Can someone elaborate more on this question?
(there is a brief explanation on http://www.mathematicsgre.com/viewtopic ... 7+55#p3839)
Let p and q be distinct primes. There is a proper subgroup J of the additive groups of integers which contains exactly three elements of the set {p,p+q, pq,p^q, q^p}. Which three elements are in J?
The answer is E.
However, from my basic knowledge of subgroups, the properties of closure, associativity (follows from group), identity and inverse must be fulfilled.
However, if we assume p is the identity, then how do the closure and inverse properties hold?

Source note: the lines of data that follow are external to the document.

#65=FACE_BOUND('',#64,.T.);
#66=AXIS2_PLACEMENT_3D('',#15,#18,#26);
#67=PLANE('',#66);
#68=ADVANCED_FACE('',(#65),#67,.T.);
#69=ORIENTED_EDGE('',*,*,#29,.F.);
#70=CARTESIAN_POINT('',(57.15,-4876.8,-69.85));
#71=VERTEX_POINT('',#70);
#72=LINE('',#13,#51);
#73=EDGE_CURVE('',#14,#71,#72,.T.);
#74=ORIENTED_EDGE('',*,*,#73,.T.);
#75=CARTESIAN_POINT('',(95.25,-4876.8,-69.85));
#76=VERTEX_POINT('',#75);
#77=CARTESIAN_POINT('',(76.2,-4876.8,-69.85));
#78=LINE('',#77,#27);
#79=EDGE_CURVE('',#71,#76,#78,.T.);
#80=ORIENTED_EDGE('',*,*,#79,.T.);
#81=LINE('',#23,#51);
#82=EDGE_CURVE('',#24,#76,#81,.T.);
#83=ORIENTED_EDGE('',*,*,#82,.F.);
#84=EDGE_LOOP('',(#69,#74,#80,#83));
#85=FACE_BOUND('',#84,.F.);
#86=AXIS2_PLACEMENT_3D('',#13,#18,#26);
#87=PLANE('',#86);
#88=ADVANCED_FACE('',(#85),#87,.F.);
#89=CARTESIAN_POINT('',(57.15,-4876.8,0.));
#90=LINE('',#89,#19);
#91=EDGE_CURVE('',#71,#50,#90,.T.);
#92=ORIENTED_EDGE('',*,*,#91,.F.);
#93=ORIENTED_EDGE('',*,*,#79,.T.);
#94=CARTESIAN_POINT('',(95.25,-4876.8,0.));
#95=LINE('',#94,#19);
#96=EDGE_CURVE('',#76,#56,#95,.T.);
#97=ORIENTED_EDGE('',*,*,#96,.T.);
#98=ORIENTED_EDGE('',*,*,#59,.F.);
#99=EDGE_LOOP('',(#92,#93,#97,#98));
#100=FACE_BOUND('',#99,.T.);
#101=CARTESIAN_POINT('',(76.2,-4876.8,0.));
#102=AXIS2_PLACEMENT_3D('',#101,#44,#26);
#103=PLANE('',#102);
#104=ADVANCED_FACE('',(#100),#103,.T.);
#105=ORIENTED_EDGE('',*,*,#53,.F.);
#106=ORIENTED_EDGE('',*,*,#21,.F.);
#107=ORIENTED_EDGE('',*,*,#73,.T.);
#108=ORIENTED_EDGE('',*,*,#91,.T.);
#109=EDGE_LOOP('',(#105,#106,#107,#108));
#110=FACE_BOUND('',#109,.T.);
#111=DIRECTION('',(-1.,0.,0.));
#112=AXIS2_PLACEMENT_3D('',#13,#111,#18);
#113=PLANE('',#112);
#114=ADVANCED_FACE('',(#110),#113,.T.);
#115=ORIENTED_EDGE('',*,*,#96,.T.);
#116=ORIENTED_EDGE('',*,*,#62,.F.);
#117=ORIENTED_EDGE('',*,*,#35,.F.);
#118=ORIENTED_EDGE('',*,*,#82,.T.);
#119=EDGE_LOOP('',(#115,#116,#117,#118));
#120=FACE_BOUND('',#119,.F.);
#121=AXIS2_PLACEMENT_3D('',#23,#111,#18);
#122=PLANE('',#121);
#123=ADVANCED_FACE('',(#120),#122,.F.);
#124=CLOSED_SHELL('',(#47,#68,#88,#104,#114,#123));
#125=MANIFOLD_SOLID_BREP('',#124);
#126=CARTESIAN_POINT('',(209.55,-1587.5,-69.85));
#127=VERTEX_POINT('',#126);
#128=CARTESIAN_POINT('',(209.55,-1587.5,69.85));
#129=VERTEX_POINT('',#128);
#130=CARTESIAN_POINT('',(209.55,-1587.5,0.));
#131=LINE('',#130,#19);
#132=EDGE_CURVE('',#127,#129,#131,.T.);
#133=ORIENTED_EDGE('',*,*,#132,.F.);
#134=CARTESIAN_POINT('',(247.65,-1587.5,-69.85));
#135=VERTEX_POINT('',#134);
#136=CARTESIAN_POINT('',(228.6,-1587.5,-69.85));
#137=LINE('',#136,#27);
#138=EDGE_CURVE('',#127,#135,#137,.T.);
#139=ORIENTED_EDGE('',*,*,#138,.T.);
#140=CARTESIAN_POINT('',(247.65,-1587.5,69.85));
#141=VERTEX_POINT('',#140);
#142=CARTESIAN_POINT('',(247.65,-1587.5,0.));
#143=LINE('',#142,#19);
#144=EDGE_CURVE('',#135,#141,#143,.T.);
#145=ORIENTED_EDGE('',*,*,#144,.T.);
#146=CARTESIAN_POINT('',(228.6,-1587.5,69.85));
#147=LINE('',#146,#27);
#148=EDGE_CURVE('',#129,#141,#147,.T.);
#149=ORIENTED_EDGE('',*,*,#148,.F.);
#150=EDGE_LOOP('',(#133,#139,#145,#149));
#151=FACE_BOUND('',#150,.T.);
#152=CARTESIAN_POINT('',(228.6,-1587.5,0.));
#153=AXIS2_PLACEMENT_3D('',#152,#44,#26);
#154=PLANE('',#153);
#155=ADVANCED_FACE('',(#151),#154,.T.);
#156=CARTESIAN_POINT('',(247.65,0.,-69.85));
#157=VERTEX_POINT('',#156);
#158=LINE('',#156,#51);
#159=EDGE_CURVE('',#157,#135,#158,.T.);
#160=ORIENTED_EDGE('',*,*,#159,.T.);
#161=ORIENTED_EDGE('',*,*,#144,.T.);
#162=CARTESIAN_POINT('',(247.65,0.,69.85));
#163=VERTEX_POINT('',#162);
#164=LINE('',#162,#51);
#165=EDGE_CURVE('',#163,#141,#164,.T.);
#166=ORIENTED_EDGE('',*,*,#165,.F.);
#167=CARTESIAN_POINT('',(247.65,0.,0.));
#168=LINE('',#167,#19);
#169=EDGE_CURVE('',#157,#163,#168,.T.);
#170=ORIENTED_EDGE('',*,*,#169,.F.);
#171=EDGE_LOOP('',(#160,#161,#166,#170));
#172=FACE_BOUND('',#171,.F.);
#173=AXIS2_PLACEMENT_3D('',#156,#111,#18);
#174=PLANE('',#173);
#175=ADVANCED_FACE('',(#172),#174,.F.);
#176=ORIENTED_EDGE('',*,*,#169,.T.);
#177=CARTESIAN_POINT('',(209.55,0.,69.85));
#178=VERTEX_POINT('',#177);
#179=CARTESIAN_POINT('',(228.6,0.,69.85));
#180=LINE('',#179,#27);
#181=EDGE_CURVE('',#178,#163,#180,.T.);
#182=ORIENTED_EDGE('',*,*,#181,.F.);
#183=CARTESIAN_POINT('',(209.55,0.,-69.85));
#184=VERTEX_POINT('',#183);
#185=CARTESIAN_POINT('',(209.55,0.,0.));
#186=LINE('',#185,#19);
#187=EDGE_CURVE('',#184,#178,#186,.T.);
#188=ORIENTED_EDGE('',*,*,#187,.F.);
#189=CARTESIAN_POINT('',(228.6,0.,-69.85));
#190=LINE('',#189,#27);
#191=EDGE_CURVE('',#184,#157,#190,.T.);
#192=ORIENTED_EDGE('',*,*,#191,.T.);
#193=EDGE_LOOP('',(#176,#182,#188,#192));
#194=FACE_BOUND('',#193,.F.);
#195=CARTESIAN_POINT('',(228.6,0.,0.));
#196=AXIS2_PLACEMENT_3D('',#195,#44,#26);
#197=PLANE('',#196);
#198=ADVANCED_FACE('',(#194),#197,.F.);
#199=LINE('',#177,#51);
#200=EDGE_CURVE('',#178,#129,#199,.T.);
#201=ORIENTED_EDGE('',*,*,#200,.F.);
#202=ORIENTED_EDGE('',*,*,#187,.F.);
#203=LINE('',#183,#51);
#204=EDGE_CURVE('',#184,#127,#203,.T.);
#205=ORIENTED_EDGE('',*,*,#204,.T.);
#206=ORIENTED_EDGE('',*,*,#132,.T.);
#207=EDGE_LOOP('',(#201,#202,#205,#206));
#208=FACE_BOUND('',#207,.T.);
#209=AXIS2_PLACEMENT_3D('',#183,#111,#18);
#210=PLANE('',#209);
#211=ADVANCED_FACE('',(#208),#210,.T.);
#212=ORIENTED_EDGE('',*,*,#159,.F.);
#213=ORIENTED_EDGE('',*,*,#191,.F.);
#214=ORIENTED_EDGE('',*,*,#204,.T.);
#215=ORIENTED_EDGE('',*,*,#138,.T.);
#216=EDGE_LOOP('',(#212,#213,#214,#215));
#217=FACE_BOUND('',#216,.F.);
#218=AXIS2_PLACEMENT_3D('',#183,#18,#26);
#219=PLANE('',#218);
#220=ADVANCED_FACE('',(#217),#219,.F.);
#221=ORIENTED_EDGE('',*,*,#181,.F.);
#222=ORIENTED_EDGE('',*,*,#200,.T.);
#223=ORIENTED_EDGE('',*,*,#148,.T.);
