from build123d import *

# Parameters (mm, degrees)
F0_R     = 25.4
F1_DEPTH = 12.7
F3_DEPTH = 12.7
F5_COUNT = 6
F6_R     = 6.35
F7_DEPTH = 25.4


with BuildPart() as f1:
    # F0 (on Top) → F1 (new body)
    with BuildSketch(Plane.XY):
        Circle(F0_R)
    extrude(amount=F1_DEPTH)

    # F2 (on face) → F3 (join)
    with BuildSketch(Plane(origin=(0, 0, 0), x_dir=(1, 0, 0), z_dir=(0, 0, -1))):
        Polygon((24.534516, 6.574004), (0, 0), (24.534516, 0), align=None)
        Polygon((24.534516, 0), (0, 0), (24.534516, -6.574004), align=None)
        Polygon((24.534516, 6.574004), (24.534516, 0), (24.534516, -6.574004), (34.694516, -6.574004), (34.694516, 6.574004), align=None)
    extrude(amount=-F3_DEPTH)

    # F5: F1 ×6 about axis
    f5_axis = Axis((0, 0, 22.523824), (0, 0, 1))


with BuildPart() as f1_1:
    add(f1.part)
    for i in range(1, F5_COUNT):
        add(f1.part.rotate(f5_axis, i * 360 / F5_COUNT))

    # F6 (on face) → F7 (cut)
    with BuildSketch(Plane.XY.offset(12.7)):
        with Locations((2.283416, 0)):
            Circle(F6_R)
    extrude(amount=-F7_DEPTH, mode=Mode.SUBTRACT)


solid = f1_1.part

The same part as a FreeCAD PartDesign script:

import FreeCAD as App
import Part
import Sketcher

V = App.Vector
Q = App.Units.Quantity


def add_polygon(sketch, points):
    """Adds a closed chain of lines whose ends are joined by coincident constraints."""
    first, n = sketch.GeometryCount, len(points)
    for a, b in zip(points, points[1:] + points[:1]):
        sketch.addGeometry(Part.LineSegment(App.Vector(*a, 0), App.Vector(*b, 0)), False)
    for i in range(n):
        sketch.addConstraint(Sketcher.Constraint("Coincident", first + i, 2, first + (i + 1) % n, 1))

doc = App.newDocument("Part")
body = doc.addObject("PartDesign::Body", "Body")

sketch1 = body.newObject("Sketcher::SketchObject", "Sketch")
sketch1.AttachmentSupport = (doc.getObject("XY_Plane"), [""])
sketch1.MapMode = "FlatFace"
sketch1.addGeometry(Part.Circle(V(0, 0, 0), V(0, 0, 1), 25), False)
sketch1.addConstraint([
    Sketcher.Constraint("Coincident", 0, 3, -1, 1),
    Sketcher.Constraint("Diameter", 0, Q("2 in")),
])
pad1 = body.newObject("PartDesign::Pad", "Pad")
pad1.Profile = sketch1
pad1.Length = Q("0.5 in")

sketch2 = body.newObject("Sketcher::SketchObject", "Sketch001")
sketch2.AttachmentSupport = (doc.getObject("XY_Plane"), [""])
sketch2.MapMode = "FlatFace"
add_polygon(sketch2, [(25, -7), (0, 0), (25, 7), (35, 7), (35, -7)])
sketch2.addConstraint([
    Sketcher.Constraint("Horizontal", 2),
    Sketcher.Constraint("Vertical", 3),
    Sketcher.Constraint("Horizontal", 4),
    Sketcher.Constraint("Coincident", 0, 2, -1, 1),
    Sketcher.Constraint("Symmetric", 1, 2, 4, 2, -1),
    Sketcher.Constraint("Distance", 0, Q("1 in")),
    Sketcher.Constraint("DistanceX", 2, 1, 2, 2, Q("0.4 in")),
    Sketcher.Constraint("Angle", 0, Q("164.999999 deg")),
])
pad2 = body.newObject("PartDesign::Pad", "Pad001")
pad2.Profile = sketch2
pad2.Length = Q("0.5 in")
body2 = doc.addObject("PartDesign::Body", "Body001")
doc.recompute()

body2.BaseFeature = body
doc.recompute()

body3 = doc.addObject("PartDesign::Body", "Body002")
body3.BaseFeature = body
body3.Placement = App.Placement(V(0, 0, 0), App.Rotation(V(0, 0, 1), 60))
boolean = body2.newObject("PartDesign::Boolean", "Boolean")
boolean.Type = "Fuse"
boolean.addObjects([body3])
doc.recompute()

body4 = doc.addObject("PartDesign::Body", "Body003")
body4.BaseFeature = body
body4.Placement = App.Placement(V(0, 0, 0), App.Rotation(V(0, 0, 1), 120))
boolean2 = body2.newObject("PartDesign::Boolean", "Boolean001")
boolean2.Type = "Fuse"
boolean2.addObjects([body4])
doc.recompute()

body5 = doc.addObject("PartDesign::Body", "Body004")
body5.BaseFeature = body
body5.Placement = App.Placement(V(0, 0, 0), App.Rotation(V(0, 0, 1), 180))
boolean3 = body2.newObject("PartDesign::Boolean", "Boolean002")
boolean3.Type = "Fuse"
boolean3.addObjects([body5])
doc.recompute()

body6 = doc.addObject("PartDesign::Body", "Body005")
body6.BaseFeature = body
body6.Placement = App.Placement(V(0, 0, 0), App.Rotation(V(0, 0, 1), 240))
boolean4 = body2.newObject("PartDesign::Boolean", "Boolean003")
boolean4.Type = "Fuse"
boolean4.addObjects([body6])
doc.recompute()

body.Placement = App.Placement(V(0, 0, 0), App.Rotation(V(0, 0, 1), 300))
boolean5 = body2.newObject("PartDesign::Boolean", "Boolean004")
boolean5.Type = "Fuse"
boolean5.addObjects([body])

sketch3 = body2.newObject("Sketcher::SketchObject", "Sketch002")
sketch3.AttachmentSupport = (doc.getObject("XY_Plane001"), [""])
sketch3.MapMode = "FlatFace"
sketch3.AttachmentOffset = App.Placement(V(0, 0, 0.5 * 25.4), App.Rotation())
sketch3.addGeometry(Part.Circle(V(2, 0, 0), V(0, 0, 1), 6), False)
sketch3.addConstraint([
    Sketcher.Constraint("PointOnObject", 0, 3, -1),
    Sketcher.Constraint("Diameter", 0, Q("0.5 in")),
    Sketcher.Constraint("DistanceX", -1, 1, 0, 3, 2.283416),
])
pocket1 = body2.newObject("PartDesign::Pocket", "Pocket")
pocket1.Profile = sketch3
pocket1.Length = Q("1 in")

doc.recompute()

Thanks for clearing my misunderstanding.
9367 55
Re: 9367 55
The identity is 0, not p, because this is a subgroup of the additive group of integers, and the identity of the additive group of integers is 0. Hopefully that clears up your question.
In particular, the only nontrivial proper subgroups of the additive group of integers (Z,+) are of the form (nZ,+), where n is a positive integer. Eg, (2Z, +) is the group (..., -2, 0, 2, 4, ...) under addition. Clearly, (pZ, +) contains exactly p, pq, and p^q, so you're done.
In particular, the only nontrivial proper subgroups of the additive group of integers (Z,+) are of the form (nZ,+), where n is a positive integer. Eg, (2Z, +) is the group (..., -2, 0, 2, 4, ...) under addition. Clearly, (pZ, +) contains exactly p, pq, and p^q, so you're done.
Re: 9367 55
Thanks for your clear explanation.Deltadesu wrote:The identity is 0, not p, because this is a subgroup of the additive group of integers, and the identity of the additive group of integers is 0. Hopefully that clears up your question.
In particular, the only nontrivial proper subgroups of the additive group of integers (Z,+) are of the form (nZ,+), where n is a positive integer. Eg, (2Z, +) is the group (..., -2, 0, 2, 4, ...) under addition. Clearly, (pZ, +) contains exactly p, pq, and p^q, so you're done.
Ok, I think I understand. J contains other elements, other than the 3 elements.
In particular, J={...,-3p,-2p,-p,0,p,2p,3p,...}
I misunderstood the question and thought J had to have 3 elements, i.e. I thought |J|=3.